I’m wide awake in Kiribati because the ocean is roaring outside my window. Every 30 seconds or so, there is a low, thundering sound — like someone dragging a large table across an empty school hall. Annoyed at not being able to sleep, and not being able to identify the sound, I get up to see for myself.
The pounding growl is from the large waves hitting the sea wall outside our house. It’s unexplainably murderous. In one hour, the ocean will shrink back, suggesting its work here is done, and it will move onto another victim.
But it will be back. The next big tide will arrive, just a little bit scarier, a little louder, a little more ferocious and a little bit angrier. This is living with climate change. It’s here. And it’s ferocious.
Marita Davies Kiribati
Over the centuries, the issue of rising sea levels was never heard of. Our ancestors lived happily on our islands for centuries, without fear that one day our beautiful homes may be lost as a result of the deterioration in the environment. We in this present generation have inherited these small islands and we are very proud to be owners of the beautiful homes that our ancestors secured for us. If global warming were to happen in the future, scientists predict that the groundwater would easily become saline, making it impossible to obtain potable water, and agriculture would be destroyed. The plankton upon which fish live would disappear, and the livelihood of Kiribati people, who depend on fish, would be seriously affected. The effect of rising sea levels, accompanied by strong winds and high waves, would be disastrous for Kiribati.
Hon. Babera Kirata, 1989
On top of recently losing their wives, both of these unimane (elders) from Marakei Island just lost their land to the most recent king tide.
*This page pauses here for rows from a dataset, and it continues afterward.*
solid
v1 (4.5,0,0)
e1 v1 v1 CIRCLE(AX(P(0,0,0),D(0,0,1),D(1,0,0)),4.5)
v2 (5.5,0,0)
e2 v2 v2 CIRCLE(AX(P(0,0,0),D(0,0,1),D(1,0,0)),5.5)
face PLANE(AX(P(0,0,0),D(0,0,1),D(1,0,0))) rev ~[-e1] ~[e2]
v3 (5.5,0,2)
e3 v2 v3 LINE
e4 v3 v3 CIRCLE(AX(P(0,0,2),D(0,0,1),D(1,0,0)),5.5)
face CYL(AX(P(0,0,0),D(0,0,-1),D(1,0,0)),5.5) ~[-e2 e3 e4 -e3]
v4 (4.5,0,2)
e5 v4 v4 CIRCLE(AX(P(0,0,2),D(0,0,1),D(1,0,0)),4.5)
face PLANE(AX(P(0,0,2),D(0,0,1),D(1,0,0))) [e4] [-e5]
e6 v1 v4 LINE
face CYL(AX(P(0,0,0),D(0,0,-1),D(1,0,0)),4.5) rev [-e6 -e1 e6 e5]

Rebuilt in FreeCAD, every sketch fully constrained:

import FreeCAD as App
import Part
import Sketcher

V = App.Vector
Q = App.Units.Quantity

doc = App.newDocument("Part")
body = doc.addObject("PartDesign::Body", "Body")

# Sketch on XY plane
sketch1 = doc.addObject("Sketcher::SketchObject", "Sketch")
body.addObject(sketch1)
sketch1.AttachmentSupport = (doc.XY_Plane, [""])
sketch1.MapMode = "FlatFace"
sketch1.addGeometry([
    Part.Circle(V(0, 0, 0), V(0, 0, 1), 5.5),
    Part.Circle(V(0, 0, 0), V(0, 0, 1), 4.5),
], False)
sketch1.addConstraint([
    Sketcher.Constraint("Coincident", 0, 3, -1, 1),
    Sketcher.Constraint("Coincident", 1, 3, -1, 1),
    Sketcher.Constraint("Diameter", 0, Q("11 mm")),
    Sketcher.Constraint("Diameter", 1, Q("9 mm")),
])
pad1 = doc.addObject("PartDesign::Pad", "Pad")
body.addObject(pad1)
pad1.Profile = sketch1
pad1.Length = 2

doc.recompute()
Itiaake Teuria, 70, on the left, had to move inland with his relatives. But when he passes the place where his old home used to be, it reminds him of the life he built with his wife and the forty-plus years of marriage they spent on that land.
Maneteata Ruotaake, 69, on the right, lost his house, his kitchen, and all of his trees, but he refuses to leave his land because his wife is buried here. He wants to be buried with her, even if the waves take away the land before that time comes.
By telling our stories, we hope people will feel something for us. Political leaders are key people in making decisions that can help our people. We are asking world leaders to honor their commitments to limit climate change to 1.5 degrees because that is important for countries like Kiribati.